»»

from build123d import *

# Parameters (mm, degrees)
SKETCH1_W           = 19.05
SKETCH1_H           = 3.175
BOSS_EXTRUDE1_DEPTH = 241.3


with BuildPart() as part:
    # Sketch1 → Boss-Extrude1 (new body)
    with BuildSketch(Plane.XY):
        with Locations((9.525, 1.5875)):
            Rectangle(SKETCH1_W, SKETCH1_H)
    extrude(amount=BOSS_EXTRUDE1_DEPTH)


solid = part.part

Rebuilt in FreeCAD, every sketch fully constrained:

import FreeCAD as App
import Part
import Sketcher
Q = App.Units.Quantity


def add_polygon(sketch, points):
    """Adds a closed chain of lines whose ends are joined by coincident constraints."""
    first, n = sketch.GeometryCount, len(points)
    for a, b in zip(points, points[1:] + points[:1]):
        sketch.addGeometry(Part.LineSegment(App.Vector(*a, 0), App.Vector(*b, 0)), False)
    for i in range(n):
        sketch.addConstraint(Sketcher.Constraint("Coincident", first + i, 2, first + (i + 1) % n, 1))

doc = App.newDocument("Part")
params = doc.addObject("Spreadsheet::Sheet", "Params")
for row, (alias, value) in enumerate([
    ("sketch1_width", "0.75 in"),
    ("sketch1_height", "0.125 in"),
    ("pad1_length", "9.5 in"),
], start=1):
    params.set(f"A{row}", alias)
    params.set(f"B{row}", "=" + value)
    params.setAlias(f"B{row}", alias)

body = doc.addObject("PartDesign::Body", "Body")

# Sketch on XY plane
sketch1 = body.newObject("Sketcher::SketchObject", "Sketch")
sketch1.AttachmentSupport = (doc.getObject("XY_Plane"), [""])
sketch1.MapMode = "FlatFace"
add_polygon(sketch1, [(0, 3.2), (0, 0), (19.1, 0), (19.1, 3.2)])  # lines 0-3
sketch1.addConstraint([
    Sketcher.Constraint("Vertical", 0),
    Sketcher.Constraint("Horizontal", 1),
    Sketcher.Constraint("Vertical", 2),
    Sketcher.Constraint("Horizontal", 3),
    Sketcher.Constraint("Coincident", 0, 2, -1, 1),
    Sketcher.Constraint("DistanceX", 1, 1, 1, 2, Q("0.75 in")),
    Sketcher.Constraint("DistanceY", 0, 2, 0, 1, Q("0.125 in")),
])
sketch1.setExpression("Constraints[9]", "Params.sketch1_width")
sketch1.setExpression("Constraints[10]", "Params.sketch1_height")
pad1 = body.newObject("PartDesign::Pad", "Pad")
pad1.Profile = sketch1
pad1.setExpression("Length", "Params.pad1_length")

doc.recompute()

««
»»

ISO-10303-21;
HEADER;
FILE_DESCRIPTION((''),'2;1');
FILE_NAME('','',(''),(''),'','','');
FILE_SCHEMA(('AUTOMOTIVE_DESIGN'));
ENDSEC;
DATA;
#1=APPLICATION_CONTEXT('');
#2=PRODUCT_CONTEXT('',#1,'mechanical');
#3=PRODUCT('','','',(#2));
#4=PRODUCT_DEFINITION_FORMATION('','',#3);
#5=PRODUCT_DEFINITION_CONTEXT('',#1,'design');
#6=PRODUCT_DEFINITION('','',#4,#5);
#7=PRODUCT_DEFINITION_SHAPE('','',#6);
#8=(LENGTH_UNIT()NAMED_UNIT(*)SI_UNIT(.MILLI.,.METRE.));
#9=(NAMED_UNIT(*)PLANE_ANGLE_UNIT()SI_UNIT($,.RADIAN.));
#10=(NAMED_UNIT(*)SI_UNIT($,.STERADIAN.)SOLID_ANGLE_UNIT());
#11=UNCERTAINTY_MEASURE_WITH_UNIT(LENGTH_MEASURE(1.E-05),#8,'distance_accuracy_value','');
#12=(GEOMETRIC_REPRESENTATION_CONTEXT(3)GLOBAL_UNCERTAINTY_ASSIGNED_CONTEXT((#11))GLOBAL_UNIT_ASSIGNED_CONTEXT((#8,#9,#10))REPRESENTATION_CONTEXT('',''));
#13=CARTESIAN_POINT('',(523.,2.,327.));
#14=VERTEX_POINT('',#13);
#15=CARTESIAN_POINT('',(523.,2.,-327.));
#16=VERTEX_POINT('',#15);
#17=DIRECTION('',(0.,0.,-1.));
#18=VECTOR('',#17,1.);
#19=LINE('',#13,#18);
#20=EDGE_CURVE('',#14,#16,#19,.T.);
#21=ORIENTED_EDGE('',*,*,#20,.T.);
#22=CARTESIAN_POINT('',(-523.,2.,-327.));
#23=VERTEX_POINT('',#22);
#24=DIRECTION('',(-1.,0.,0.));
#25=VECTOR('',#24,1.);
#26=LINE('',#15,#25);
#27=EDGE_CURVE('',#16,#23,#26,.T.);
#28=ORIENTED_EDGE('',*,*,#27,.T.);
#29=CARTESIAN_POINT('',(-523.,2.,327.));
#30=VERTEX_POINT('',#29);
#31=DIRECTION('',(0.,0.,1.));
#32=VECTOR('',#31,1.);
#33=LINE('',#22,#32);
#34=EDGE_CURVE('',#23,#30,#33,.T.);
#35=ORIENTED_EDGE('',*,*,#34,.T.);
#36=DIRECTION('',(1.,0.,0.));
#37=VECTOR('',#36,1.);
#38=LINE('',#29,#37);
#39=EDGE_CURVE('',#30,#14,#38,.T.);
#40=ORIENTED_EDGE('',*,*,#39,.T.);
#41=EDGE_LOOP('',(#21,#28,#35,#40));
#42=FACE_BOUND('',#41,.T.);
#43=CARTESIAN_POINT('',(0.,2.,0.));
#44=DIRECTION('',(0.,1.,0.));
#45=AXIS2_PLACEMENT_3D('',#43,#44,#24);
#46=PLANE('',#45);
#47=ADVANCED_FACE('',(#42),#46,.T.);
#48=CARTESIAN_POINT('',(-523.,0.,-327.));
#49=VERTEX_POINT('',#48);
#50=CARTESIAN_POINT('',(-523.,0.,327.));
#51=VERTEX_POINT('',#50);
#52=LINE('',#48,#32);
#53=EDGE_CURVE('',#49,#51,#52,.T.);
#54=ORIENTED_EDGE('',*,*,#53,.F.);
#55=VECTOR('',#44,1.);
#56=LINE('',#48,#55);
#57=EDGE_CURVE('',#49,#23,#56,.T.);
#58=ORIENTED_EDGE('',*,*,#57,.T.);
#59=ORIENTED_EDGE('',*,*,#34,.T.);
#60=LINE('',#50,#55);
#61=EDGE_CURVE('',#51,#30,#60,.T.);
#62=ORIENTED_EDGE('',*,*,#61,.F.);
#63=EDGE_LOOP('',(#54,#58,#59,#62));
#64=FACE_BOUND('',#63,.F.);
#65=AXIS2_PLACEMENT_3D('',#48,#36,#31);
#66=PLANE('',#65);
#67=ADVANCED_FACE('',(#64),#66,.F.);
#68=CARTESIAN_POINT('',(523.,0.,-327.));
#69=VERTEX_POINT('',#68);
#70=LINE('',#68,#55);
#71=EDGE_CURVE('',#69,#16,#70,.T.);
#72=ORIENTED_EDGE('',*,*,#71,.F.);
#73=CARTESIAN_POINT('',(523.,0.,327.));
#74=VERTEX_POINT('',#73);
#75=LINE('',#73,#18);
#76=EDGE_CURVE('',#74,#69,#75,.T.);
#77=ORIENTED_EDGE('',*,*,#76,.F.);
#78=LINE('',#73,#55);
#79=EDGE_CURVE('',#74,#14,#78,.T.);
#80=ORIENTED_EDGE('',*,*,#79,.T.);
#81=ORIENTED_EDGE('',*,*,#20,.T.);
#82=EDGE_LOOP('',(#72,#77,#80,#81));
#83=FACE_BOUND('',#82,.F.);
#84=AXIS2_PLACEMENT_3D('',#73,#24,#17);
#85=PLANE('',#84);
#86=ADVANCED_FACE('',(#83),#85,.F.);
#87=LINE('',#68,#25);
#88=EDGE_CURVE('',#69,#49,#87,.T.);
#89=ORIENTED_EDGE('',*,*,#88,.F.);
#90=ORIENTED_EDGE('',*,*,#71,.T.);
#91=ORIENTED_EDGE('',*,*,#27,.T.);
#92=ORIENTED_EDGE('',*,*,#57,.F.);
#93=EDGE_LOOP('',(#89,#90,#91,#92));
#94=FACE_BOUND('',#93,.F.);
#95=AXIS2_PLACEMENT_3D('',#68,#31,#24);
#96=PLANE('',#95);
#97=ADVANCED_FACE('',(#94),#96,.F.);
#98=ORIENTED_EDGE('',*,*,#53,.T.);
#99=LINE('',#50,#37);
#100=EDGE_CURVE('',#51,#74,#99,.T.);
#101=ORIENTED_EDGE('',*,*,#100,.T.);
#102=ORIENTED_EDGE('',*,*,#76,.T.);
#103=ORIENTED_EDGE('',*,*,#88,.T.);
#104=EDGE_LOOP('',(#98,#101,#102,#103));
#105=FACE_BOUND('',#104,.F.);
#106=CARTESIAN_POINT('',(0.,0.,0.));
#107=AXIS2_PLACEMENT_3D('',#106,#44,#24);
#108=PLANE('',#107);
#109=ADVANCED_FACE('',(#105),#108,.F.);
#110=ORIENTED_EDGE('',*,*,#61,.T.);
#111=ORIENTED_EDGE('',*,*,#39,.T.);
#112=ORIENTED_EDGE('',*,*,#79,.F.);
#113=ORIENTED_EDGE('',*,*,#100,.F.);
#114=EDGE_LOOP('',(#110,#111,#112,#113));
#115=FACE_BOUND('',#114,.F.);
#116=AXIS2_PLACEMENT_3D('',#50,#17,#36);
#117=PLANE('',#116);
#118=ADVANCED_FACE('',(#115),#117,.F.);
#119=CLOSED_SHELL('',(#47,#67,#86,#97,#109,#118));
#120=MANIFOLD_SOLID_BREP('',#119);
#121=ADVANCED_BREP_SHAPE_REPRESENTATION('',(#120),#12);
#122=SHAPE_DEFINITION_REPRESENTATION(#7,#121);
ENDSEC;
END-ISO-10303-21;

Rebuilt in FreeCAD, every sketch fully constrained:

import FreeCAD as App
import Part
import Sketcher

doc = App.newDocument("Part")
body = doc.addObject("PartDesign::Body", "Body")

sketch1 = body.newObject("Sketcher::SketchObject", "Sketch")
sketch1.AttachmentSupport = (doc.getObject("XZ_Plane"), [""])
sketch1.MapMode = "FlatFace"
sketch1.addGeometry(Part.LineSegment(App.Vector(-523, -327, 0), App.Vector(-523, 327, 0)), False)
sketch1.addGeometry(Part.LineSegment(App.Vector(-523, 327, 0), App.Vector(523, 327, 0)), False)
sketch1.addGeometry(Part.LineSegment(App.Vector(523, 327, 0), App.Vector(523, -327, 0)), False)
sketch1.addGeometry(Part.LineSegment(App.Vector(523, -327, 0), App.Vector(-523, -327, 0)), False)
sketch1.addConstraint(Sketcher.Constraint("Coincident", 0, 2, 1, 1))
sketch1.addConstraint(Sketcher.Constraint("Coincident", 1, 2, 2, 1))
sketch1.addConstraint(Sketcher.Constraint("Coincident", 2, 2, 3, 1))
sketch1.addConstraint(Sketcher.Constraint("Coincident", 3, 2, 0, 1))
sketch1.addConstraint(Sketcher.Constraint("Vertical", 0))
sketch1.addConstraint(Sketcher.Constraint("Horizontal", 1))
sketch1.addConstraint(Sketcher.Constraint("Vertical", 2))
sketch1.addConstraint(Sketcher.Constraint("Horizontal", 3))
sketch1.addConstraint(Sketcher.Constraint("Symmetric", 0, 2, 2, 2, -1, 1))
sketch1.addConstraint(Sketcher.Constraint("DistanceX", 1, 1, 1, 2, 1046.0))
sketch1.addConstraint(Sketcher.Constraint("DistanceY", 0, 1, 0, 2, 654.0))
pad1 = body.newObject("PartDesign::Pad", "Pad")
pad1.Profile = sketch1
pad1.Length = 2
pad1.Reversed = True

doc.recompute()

««

Take the entries above and return only the lines from the one with "from build123d import *" to the one with "Rectangle(SKETCH1_W, SKETCH1_H)", both included, unchanged.

Reply:
from build123d import *

# Parameters (mm, degrees)
SKETCH1_W           = 19.05
SKETCH1_H           = 3.175
BOSS_EXTRUDE1_DEPTH = 241.3


with BuildPart() as part:
    # Sketch1 → Boss-Extrude1 (new body)
    with BuildSketch(Plane.XY):
        with Locations((9.525, 1.5875)):
            Rectangle(SKETCH1_W, SKETCH1_H)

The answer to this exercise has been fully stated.